Pagine

martedì 6 giugno 2023

POST COMUNISTI FILO AMERICANI
di Luigi Mazzella
 


La difficile posizione dei post-comunisti filo-statunitensi.
  
I post-comunisti italiani, capeggiati da Elly Schlein, passati dopo il crollo dell’impero sovietico a ingrossare le file dei partiti europei filo-statunitensi, oggi non sanno che pesci prendere. L’alternativa è: o quella di allearsi con i “Fratelli d’Italia” della Meloni e togliere l’ascia di guerra dalle mani della sola “pulzella della Garbatella” contraddicendo ancor più vistosamente le molteplici manifestazioni pacifiste degli anni passati (non del tutto dimenticate dagli Italiani) o seguire Francesco sulla via del “cessate il fuoco”, perdendo i benefici (economici e mass-mediatici) della sudditanza politica dagli Americani, faticosamente conseguita con le note intermediazioni di “venerati” compagni. Non v’è dubbio che la cultura, pure approssimativa, dei “post-comunisti” dovrebbe farli inclinare verso il secondo corno del dilemma.
Nel loro DNA dovrebbero essere rimaste tracce della loro avversione all’incontenibile intromissione statunitense negli affari dei Paesi dell’intero Pianeta. Ai più coltivati tra essi dovrebbe essere noto che nella vecchia colonia inglese d’oltreoceano sono confluiti e risultano pesantemente presenti i tre irriducibili monoteismi religiosi mediorientali (con la loro tendenza alla locupletazione  monetaria: lobby bancaria ebraica di Wall Street, Ior cattolico e Petroldollari islamici), le derivazioni protestanti del cristianesimo (gli anglicano-calvinisti con il loro accentuato e soffocante puritanesimo, i luterani, gli evangelici, gli Avventisti, i Mormoni, i Battisti, i Pentecostali, i Metodisti),  le innumerevoli sette religiose (tra cui la temibile Scientology, responsabili di imprevedibili e ricorrenti eccidi), le Massonerie di vari riti,  gli epigoni della filosofia idealistica tedesca di fine Ottocento nelle versioni fintamente moderate di destra e di sinistra e che, in sintesi, nei confini del Nuovo Continente si annidano gli assolutismi più impermeabili del mondo, inquadrati in una finta cornice di tolleranza che ha radici vere nell’empirismo inglese, mai approdato, però,  se non per alcuni aspetti pratici, sulle coste scoperte da Cristoforo Colombo. I post-compagni non dovrebbero neppure ignorare che in America del Nord non è difficile imbattersi in mistici impazziti, fondamentalisti religiosi, antiabortisti fanatici e violenti, membri di segrete sette sataniche o hare krishna in interminabili processioni.

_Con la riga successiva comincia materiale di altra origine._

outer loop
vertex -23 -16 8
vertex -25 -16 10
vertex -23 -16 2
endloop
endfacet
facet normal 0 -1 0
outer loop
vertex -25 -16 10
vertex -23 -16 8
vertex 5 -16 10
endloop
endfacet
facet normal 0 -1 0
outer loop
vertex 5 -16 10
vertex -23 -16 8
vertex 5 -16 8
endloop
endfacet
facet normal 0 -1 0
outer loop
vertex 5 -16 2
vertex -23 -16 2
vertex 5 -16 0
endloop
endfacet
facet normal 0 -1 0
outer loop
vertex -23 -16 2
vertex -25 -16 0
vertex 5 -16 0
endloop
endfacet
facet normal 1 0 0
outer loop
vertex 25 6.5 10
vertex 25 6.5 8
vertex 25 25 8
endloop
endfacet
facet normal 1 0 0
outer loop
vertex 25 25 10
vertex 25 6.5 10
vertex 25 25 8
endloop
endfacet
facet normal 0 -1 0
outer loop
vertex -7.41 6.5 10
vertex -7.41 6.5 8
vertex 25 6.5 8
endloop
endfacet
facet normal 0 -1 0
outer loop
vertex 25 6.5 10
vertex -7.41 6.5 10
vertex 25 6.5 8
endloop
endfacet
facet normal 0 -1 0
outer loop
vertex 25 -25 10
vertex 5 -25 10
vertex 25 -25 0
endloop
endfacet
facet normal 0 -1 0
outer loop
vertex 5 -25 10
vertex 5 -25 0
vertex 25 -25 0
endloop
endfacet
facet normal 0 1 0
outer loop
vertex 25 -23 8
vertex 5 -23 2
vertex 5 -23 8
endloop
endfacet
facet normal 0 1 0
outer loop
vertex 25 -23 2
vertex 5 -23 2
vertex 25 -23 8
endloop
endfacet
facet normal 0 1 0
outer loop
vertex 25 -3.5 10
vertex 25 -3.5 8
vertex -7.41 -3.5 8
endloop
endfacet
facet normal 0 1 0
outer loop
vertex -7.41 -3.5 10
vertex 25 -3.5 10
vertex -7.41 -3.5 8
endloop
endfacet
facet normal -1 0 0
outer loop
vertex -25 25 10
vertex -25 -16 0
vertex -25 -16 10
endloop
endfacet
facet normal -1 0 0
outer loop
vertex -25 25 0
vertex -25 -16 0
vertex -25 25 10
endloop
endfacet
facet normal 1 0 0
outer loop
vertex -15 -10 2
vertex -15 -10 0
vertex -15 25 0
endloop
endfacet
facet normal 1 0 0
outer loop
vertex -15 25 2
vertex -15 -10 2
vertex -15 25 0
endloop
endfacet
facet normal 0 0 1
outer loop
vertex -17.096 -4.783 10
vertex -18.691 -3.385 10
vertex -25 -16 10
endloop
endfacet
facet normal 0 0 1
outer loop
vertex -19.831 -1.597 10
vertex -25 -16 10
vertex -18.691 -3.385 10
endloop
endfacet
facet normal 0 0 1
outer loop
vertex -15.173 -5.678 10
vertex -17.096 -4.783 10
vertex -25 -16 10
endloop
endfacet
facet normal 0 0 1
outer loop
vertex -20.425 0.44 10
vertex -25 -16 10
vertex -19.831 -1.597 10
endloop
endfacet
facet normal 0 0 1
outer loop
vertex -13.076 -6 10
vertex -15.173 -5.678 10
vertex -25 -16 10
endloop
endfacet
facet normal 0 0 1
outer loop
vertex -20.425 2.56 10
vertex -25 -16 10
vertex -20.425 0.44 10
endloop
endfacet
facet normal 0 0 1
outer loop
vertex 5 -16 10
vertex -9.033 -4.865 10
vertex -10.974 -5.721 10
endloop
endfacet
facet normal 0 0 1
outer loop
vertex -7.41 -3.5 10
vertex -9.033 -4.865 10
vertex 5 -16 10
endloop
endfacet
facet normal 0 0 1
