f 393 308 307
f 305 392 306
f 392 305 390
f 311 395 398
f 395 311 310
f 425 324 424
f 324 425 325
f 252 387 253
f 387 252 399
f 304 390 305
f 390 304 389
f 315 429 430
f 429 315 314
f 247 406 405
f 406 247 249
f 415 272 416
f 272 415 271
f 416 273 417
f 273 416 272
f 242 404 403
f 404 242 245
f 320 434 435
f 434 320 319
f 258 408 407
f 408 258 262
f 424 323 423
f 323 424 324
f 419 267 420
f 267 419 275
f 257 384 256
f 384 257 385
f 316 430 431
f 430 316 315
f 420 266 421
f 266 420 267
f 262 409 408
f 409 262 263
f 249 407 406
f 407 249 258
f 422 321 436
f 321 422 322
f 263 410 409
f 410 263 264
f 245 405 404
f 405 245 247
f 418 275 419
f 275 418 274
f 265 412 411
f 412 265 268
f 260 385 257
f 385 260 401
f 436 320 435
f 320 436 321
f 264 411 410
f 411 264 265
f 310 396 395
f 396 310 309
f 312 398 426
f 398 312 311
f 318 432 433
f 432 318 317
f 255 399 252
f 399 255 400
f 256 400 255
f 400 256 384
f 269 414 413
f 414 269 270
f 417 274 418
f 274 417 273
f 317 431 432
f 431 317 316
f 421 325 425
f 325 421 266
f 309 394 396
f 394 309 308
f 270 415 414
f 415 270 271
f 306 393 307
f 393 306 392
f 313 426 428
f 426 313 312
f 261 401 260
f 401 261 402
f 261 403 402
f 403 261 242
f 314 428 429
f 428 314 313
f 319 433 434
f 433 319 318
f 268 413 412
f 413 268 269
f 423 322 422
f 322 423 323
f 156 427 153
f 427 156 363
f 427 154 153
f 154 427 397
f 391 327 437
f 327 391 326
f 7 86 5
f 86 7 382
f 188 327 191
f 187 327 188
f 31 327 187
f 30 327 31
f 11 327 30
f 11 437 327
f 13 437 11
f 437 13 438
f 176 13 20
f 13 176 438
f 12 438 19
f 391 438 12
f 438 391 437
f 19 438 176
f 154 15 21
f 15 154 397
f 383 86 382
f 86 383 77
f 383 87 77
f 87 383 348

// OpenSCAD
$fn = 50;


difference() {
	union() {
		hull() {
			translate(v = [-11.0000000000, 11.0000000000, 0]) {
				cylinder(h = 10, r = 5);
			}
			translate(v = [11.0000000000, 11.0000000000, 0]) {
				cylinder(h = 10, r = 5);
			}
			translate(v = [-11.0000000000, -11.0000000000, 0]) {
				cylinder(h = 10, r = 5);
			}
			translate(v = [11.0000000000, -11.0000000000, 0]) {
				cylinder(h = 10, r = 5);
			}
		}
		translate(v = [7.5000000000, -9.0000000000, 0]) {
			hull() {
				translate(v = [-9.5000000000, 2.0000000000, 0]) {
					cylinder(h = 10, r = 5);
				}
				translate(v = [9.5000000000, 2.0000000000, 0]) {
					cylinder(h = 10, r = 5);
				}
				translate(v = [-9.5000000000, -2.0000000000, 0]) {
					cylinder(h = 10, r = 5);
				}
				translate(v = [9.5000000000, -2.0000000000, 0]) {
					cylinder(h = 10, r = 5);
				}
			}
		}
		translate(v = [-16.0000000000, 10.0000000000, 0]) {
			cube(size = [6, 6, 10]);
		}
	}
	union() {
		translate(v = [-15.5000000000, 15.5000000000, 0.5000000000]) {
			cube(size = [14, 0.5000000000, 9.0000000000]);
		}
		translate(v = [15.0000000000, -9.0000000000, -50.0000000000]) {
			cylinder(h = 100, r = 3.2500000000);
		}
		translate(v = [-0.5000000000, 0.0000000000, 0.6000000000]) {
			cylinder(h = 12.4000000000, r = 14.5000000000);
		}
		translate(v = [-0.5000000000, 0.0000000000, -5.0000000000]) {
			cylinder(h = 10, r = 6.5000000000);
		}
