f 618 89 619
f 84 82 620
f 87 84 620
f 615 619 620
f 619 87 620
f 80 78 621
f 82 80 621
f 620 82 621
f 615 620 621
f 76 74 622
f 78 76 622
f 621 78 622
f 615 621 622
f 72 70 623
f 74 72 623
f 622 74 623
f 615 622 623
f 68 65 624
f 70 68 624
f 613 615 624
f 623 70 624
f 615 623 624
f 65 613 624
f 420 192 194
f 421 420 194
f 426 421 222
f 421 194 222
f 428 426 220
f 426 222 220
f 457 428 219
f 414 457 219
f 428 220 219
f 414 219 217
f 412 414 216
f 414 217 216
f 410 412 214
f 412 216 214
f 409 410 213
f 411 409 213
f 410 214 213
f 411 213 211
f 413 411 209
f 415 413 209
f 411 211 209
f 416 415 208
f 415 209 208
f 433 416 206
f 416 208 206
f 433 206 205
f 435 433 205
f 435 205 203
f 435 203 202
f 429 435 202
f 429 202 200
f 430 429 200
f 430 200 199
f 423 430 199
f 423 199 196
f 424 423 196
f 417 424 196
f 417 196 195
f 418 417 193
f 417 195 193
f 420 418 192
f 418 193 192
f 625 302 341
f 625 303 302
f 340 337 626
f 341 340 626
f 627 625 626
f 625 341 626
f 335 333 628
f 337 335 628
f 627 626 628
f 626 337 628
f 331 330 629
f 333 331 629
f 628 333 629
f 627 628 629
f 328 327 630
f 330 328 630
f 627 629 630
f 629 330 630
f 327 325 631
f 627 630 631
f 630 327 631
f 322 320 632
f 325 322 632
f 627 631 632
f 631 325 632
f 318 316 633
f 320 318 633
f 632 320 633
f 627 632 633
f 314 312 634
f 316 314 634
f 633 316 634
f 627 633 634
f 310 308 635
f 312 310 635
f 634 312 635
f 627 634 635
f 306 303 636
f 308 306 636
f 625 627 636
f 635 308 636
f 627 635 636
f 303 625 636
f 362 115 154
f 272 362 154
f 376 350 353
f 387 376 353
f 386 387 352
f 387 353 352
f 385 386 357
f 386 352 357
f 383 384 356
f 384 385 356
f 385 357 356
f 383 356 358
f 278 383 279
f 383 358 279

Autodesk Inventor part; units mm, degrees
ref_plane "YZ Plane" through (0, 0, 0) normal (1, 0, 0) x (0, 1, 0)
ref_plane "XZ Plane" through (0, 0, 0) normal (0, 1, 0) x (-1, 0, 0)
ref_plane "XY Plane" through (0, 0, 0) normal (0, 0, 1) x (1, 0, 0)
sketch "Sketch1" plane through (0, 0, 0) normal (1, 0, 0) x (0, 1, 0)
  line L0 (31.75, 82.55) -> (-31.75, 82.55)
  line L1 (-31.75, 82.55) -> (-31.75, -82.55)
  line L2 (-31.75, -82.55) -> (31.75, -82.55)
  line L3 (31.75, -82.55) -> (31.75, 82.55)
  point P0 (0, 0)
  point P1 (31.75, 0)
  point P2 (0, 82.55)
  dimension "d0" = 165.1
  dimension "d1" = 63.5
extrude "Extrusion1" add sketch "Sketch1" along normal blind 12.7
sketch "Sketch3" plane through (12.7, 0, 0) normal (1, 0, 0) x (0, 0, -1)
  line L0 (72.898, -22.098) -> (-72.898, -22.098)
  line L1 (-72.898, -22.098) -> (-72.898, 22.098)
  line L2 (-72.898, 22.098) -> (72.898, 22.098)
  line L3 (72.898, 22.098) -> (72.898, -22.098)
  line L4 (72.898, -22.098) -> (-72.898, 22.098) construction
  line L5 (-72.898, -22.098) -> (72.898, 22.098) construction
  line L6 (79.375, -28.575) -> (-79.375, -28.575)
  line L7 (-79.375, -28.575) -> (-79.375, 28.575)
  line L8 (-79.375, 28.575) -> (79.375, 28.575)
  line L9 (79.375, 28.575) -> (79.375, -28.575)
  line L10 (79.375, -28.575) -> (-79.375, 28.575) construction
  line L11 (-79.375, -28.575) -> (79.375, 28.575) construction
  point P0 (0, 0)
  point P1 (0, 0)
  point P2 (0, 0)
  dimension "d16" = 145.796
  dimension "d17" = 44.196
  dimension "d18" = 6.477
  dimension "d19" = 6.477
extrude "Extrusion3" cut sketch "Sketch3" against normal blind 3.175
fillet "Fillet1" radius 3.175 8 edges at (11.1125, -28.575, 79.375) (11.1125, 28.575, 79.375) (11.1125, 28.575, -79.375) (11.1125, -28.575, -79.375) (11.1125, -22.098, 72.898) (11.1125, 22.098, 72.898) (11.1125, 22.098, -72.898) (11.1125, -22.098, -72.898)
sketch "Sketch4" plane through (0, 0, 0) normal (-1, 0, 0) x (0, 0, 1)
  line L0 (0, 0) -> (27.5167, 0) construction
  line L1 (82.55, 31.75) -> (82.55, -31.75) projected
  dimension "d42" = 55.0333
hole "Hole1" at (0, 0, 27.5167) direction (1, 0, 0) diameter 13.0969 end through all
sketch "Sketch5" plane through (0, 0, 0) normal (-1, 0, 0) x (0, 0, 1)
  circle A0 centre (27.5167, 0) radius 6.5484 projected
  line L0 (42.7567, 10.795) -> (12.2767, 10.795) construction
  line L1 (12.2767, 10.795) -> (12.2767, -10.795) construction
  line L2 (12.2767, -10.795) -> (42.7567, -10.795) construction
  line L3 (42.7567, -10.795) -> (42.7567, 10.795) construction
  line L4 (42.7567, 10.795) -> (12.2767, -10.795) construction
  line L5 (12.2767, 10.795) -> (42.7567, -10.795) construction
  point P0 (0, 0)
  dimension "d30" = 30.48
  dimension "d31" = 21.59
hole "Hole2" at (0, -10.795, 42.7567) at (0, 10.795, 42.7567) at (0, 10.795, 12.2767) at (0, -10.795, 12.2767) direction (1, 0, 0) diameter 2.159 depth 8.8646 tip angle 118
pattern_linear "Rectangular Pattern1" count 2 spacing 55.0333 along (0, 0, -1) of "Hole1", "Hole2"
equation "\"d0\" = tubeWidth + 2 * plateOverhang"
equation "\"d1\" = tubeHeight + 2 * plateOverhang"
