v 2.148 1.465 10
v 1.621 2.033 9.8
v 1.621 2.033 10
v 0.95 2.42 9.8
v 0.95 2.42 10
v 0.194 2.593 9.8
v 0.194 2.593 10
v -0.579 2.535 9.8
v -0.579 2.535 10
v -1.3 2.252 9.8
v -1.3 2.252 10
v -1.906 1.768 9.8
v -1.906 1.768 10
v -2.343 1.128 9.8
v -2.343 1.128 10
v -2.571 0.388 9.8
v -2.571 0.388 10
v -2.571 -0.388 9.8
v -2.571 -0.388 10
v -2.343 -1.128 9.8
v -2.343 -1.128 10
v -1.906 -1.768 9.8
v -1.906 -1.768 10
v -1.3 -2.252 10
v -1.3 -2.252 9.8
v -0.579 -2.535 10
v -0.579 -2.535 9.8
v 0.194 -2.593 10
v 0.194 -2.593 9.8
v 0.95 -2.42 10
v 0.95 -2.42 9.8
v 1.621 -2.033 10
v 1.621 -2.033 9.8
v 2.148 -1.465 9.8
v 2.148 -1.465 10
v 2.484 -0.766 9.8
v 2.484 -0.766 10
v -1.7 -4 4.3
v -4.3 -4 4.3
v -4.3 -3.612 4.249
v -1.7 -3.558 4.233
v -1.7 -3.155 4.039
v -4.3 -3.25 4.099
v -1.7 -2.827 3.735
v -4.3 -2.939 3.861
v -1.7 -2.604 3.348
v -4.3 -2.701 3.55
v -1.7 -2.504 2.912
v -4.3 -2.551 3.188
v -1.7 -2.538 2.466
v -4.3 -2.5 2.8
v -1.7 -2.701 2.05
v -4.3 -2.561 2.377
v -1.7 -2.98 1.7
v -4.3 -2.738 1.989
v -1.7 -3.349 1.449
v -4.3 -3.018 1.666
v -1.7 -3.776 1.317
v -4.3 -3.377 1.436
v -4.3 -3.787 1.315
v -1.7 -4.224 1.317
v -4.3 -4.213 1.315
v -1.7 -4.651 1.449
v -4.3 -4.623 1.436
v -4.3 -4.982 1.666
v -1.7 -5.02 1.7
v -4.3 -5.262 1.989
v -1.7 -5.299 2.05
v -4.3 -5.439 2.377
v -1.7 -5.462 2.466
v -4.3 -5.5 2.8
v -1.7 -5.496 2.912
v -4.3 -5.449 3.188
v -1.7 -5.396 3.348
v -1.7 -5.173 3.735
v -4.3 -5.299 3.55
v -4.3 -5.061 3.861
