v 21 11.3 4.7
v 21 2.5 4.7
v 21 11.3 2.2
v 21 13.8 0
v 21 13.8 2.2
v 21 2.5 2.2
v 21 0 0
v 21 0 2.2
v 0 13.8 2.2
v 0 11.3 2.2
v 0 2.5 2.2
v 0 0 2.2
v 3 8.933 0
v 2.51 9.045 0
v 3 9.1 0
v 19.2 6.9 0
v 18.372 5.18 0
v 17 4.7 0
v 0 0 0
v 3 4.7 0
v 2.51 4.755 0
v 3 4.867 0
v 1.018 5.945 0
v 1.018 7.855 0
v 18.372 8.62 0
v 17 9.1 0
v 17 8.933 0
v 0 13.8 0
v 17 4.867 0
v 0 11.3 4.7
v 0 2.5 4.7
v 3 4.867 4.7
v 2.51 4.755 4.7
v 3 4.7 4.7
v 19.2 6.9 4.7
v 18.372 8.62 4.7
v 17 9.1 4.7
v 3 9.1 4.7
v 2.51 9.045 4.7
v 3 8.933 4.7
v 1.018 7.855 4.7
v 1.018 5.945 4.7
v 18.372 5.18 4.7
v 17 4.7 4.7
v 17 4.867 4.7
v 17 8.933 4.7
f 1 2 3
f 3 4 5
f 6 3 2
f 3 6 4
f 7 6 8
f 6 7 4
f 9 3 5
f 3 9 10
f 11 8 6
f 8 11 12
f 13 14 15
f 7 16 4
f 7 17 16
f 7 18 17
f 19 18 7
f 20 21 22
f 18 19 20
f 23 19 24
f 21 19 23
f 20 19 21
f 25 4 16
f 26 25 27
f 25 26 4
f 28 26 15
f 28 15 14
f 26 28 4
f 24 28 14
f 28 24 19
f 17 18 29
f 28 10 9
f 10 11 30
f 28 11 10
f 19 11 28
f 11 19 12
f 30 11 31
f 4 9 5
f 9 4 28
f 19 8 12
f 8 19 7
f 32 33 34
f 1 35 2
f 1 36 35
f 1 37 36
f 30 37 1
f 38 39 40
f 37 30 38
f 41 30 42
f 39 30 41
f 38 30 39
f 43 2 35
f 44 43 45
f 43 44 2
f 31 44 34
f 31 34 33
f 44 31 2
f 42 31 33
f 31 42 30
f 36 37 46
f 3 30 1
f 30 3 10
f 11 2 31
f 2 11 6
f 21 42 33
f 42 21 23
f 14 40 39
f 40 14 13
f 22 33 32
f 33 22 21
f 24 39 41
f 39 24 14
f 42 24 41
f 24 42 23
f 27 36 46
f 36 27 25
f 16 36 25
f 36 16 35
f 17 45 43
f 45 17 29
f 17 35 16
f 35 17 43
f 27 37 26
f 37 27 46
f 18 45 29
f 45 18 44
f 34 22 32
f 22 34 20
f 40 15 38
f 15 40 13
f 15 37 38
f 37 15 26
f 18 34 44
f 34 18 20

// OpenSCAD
module Soporte(){
		cube([21,13.8,2.2]);
		translate([0, 2.5, 2.2])
			cube([21,8.8,2.5]);
}

difference (){

		Soporte();
		translate([3, 6.9, 0])
			cylinder(r=4.4/2, h=5, $f=100);
		translate([17, 6.9, 0])
			cylinder(r=4.4/2, h=5, $f=100);
		translate([3, 4.7, 0])
			cube([14,4.4,5]);
}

Sta di fatto, però che il pout-pourrì culturale (?) statunitense se ha potuto dominare l’Occidente e, dopo il crollo dell’Impero sovietico, sedurre anche loro, figli di Togliatti e Berlinguer, la causa sta nel fatto che la loro cultura di base non era e non è diversa, impastata com’è di un temperato confessionalismo religioso e di un accentuato hegelismo di sinistra. In altre parole, la cosiddetta cultura americana altro non è che una conseguenza ineliminabile della cultura Occidentale. C’è, però, un ma. Il dominio statunitense è avvenuto con la cosiddetta “politica dei due forni”. Per combattere un pericoloso nazi-fascismo, sviluppatosi nel ventre dell’Europa, l’alleanza con il “mostro” bolscevico-comunista fu essenziale e determinante. 

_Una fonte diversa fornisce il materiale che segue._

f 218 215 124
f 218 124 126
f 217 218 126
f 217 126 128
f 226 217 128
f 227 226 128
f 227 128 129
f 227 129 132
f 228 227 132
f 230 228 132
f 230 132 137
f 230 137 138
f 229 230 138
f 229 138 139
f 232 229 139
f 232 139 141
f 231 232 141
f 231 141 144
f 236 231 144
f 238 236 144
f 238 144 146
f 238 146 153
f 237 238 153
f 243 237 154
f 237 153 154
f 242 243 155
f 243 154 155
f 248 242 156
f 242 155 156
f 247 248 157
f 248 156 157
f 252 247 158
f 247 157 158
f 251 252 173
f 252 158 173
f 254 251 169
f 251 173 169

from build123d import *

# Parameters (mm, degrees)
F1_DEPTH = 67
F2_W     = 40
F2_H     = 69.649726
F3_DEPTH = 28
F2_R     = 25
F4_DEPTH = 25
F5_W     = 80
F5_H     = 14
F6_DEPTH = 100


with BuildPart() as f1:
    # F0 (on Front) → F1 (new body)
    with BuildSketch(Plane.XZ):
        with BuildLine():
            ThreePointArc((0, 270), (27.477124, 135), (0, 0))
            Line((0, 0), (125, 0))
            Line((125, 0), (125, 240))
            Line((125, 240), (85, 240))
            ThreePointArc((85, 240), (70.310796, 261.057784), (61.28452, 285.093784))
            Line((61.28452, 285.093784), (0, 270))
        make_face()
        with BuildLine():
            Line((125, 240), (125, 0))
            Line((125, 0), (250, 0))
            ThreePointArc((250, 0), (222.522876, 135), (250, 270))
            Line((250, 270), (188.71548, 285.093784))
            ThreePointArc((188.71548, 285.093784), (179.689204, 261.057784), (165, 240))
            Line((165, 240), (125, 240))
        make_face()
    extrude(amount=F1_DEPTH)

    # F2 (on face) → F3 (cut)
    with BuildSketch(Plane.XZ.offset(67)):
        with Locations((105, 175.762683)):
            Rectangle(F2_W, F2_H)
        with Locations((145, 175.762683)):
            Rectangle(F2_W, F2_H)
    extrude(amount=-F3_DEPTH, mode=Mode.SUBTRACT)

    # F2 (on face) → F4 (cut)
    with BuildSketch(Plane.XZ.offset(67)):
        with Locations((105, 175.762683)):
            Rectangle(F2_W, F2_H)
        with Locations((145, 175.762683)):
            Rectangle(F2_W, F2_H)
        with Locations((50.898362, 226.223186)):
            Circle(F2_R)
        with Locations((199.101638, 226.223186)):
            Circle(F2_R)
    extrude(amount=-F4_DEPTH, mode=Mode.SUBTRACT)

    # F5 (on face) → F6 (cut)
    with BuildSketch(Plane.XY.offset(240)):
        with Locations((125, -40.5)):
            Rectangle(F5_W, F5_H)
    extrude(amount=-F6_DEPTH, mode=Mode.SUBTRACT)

Oggi, però, per arginare la presenza in Europa della Russia ritenuta ancora “potenzialmente comunista”, Joe Biden fa leva sui “mostruosi” neo-nazisti di Azov utilizzati da Zelensky e su governi imperniati sull’estrema destra neo fascista (in Svezia e in Italia, a tacer d’altri). Da questo “ma” dovrebbe pur nascere qualche utile riflessione!